This one is an erasure poem taken directly from the text of the article. I don’t do those often, because I find them extremely challenging, but this month is all about experimentation and breaking out of comfort zones (without leaving your house), right?

 

Endangered Creatures

 

Whale sharks swim in mystery.

Count lines in the vertebrae

like rings in a tree trunk.

Reasons behind age, what persists —

 

every living thing decays

the older the creature, the less you find

 

The hard part is these intensely vulnerable humans.

Why they exploit.

Scientists believe they      humans      can be helped.

Cooperation is key to survival.

This is a good news story after all.

 

whale shark

 

 

PAD 2020 – Day 6

Today’s poem is a short one, but blends a couple prompts and bits of inspiration.

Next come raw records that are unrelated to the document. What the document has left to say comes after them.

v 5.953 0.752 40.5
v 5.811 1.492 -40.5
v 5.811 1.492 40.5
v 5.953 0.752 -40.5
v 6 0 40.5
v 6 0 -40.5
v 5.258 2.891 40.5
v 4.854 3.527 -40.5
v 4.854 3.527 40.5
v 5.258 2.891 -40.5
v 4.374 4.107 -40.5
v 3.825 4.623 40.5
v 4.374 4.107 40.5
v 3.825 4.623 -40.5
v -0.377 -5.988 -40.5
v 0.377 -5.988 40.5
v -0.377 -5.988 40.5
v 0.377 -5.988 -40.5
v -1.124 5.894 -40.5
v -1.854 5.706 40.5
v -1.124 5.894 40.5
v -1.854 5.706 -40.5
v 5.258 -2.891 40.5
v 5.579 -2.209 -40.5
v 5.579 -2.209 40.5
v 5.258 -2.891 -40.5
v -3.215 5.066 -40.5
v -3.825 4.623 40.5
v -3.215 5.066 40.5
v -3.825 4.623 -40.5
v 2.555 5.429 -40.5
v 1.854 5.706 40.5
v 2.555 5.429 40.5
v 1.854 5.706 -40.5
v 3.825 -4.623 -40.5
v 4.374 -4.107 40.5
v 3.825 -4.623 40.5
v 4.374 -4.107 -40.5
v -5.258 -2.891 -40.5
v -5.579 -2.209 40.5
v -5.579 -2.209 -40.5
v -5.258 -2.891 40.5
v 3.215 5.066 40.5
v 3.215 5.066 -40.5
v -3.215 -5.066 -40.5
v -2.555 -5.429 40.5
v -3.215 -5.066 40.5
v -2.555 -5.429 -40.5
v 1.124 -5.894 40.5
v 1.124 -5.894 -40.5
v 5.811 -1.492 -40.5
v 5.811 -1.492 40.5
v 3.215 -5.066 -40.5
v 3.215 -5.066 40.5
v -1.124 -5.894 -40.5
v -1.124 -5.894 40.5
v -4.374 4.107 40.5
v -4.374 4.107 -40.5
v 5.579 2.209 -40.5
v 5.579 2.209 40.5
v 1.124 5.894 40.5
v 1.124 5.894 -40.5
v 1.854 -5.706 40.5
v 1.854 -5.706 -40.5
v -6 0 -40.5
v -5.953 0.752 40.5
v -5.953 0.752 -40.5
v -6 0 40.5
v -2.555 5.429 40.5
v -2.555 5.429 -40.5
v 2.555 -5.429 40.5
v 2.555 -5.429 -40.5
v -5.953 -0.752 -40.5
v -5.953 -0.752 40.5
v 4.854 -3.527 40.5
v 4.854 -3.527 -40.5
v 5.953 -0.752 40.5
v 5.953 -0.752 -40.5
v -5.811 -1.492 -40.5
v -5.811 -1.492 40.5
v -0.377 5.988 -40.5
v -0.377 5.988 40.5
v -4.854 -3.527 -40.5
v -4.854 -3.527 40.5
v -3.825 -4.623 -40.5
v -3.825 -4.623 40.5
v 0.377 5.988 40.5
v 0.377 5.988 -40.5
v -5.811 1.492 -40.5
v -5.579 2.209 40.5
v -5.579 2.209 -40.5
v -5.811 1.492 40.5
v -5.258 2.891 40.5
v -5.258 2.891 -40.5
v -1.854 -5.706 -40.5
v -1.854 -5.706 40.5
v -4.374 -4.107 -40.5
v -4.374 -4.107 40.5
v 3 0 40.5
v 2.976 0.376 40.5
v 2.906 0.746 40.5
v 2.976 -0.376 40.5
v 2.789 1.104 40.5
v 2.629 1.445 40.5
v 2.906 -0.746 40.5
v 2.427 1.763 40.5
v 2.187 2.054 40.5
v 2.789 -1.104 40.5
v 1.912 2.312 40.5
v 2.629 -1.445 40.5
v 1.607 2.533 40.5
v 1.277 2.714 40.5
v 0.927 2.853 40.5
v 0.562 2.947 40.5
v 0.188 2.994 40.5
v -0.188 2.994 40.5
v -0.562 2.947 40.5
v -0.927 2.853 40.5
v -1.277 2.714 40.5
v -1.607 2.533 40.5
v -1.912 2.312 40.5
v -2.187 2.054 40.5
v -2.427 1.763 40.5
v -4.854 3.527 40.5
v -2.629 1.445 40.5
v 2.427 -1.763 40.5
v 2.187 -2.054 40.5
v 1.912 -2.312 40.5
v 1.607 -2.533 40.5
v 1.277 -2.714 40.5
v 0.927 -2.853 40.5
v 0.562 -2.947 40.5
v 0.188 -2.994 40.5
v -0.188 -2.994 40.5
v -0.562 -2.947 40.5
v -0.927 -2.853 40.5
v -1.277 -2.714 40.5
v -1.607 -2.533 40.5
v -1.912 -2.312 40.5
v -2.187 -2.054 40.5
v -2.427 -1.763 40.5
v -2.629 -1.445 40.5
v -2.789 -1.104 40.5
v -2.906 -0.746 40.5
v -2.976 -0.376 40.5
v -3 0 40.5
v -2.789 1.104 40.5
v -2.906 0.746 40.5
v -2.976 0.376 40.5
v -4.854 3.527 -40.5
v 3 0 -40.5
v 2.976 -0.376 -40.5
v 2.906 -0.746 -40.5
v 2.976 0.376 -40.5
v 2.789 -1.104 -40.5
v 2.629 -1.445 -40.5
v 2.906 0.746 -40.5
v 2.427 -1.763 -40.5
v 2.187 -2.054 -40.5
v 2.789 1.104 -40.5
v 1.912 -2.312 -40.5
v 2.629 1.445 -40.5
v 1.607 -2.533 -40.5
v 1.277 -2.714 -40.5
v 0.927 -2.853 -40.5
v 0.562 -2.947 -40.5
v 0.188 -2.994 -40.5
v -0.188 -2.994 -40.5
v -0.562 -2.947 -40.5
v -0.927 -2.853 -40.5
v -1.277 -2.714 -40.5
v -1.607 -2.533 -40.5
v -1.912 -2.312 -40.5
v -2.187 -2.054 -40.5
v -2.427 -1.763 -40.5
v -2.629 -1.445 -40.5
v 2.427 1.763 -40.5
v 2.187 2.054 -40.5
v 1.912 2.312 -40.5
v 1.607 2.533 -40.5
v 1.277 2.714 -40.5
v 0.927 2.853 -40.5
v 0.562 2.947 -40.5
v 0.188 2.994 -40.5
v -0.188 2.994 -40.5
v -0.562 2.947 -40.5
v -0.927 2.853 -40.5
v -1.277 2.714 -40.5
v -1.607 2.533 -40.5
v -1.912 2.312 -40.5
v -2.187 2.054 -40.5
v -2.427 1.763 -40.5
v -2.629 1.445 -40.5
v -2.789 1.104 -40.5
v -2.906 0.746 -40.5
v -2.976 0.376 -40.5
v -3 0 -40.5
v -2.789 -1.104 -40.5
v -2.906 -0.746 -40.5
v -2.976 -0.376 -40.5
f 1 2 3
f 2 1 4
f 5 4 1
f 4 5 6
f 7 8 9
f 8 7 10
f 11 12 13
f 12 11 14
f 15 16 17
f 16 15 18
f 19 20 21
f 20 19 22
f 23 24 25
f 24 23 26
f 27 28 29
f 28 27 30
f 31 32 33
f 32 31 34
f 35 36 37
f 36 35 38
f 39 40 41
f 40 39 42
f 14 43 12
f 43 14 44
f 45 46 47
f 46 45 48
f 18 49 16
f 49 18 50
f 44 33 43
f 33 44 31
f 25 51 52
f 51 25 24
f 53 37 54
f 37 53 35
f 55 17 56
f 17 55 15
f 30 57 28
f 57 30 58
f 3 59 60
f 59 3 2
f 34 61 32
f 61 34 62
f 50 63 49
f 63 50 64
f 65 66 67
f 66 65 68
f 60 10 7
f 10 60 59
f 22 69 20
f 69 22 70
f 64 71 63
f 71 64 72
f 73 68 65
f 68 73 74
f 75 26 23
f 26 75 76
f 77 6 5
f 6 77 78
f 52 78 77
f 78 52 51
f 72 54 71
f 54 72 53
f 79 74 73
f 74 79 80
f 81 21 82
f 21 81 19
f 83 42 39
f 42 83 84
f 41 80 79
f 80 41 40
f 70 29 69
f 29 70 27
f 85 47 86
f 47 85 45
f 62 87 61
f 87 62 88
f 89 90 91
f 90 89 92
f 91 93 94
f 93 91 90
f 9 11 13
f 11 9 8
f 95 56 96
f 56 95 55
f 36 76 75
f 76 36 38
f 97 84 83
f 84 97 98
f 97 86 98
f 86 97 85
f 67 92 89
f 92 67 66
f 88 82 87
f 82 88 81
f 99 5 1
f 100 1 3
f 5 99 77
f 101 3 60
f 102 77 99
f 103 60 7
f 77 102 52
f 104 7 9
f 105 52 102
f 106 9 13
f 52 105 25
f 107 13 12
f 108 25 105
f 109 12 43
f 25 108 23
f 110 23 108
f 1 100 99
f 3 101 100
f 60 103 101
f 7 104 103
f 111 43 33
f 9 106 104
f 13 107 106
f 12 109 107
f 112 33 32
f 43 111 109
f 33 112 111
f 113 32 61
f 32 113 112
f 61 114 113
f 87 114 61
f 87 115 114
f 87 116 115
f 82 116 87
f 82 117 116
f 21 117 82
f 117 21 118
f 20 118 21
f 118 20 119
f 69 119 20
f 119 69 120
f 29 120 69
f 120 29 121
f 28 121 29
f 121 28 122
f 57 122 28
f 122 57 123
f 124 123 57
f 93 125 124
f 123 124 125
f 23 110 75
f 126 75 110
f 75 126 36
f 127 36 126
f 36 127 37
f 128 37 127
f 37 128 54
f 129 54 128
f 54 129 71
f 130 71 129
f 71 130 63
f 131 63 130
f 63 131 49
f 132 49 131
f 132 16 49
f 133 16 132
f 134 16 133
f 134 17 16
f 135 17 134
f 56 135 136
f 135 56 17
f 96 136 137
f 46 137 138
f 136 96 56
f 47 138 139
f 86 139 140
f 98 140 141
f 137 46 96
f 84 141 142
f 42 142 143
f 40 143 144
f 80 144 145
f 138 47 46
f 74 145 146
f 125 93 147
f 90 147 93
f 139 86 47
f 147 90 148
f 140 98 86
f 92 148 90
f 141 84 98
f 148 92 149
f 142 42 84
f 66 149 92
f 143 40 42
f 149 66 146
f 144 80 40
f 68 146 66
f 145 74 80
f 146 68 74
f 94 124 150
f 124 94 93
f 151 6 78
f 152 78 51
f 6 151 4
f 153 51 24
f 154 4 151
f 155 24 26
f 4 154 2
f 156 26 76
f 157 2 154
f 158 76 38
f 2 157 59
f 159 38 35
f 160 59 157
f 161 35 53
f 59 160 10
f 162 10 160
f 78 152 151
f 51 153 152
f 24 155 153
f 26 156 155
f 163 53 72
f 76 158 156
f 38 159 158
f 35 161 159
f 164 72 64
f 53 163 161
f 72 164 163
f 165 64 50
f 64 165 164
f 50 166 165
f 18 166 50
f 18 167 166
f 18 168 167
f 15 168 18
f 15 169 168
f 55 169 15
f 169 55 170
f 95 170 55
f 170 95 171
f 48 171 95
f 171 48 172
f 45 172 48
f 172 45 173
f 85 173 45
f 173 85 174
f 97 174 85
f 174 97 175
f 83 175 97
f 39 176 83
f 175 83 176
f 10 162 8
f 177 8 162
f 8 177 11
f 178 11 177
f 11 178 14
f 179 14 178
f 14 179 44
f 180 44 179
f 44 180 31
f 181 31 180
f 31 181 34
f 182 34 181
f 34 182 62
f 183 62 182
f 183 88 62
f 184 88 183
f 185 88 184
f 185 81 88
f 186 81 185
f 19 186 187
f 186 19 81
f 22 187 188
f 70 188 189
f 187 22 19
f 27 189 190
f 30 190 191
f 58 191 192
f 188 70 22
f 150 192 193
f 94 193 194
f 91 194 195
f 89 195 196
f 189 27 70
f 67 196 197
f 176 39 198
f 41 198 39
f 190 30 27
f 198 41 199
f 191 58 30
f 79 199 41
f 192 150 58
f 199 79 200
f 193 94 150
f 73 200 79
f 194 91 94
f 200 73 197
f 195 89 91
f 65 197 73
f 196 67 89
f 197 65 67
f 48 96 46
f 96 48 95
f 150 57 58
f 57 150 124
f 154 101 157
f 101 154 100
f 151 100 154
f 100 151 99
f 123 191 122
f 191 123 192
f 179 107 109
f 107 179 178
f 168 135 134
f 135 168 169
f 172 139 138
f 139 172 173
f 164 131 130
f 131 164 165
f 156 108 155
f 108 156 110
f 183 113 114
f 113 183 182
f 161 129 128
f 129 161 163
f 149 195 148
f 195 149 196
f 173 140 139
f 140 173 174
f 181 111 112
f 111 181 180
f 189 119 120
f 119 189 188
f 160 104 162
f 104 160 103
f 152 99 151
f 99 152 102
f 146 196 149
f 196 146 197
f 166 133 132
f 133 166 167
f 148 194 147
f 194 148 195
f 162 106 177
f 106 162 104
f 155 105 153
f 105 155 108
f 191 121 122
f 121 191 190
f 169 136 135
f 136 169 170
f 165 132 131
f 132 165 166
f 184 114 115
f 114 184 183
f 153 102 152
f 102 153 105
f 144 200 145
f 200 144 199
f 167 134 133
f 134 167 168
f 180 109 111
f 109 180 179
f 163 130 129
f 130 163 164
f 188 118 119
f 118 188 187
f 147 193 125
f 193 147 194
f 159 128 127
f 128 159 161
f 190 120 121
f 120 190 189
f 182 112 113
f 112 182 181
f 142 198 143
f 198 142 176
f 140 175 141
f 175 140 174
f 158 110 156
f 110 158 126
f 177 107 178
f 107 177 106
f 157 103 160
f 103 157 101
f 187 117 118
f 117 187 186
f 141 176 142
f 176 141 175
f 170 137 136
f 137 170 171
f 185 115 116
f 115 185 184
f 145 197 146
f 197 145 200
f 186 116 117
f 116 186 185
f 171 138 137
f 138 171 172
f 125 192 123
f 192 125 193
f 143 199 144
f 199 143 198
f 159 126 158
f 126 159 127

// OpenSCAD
$fn = 50;


difference() {
	union() {
		translate(v = [0, 0, -40.5000000000]) {
			cylinder(h = 81, r = 6.0000000000);
		}
	}
	union() {
		translate(v = [0, 0, -100.0000000000]) {
			cylinder(h = 200, r = 3.0000000000);
		}
	}
}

The NaPoWriMo prompt called for a poem written from the point of view of one person/animal/thing from Hieronymous Bosch’s famous (and fantastically weird) triptych The Garden of Earthly DelightsI chose the naked man carrying the lovers in a mussel shell (image below), and added in the Poetic Asides call for a “trap” poem. The image immediately made me think of the 1980 Squeeze song “Pulling Mussels (From the Shell)” — which also happens to be a euphemism for sex — so, naturally, that made it into the poem too.

Under the Black Shell

 

Love is a trap, snapped

and those ensnared in its teeth

abandon all care for freedom.

I’ve carried lovers on my back,

felt the burden of the heart

when pearls of wisdom

are traded for beads of sweat.

Judgement lost in passioned frenzy.

How much innovation

has been wasted

by those who’d spend all

their waking days and wanton nights

pulling mussels from the shell?

 

download

PAD 2020 – Day 5

Today’s NaPoWriMo prompt asked for a poem using 20 Little Poetry Projects. A daunting, but creative task, and one I’m still working on. In the meantime, I decide to do a micro poem based on the Poetic Asides prompt asking for a “moment” poem.

 

define this

 

brief, but impactful —

a moment is

but, um

it’s hard to fathom

one from the next

this month

when the moment of moment

um

keeps rolling

down

a hill

I can’t

see the

bottom

of

 

green grass field and trees under blue sky

Photo by Chavdar Lungov on Pexels.com

PAD 2020 – Day 4

Today’s NaPoWriMo prompt asked for a poem based on an image from a dream. Several weeks ago (long before I watched Tiger King) I had a vivid dream about lions. It was one of those dreams that felt so real as I was having it, and has barely faded in its sharpness.

 

I Had a Dream About a Pride of Lions

 

loose in a field next to a Lloydminster gas station.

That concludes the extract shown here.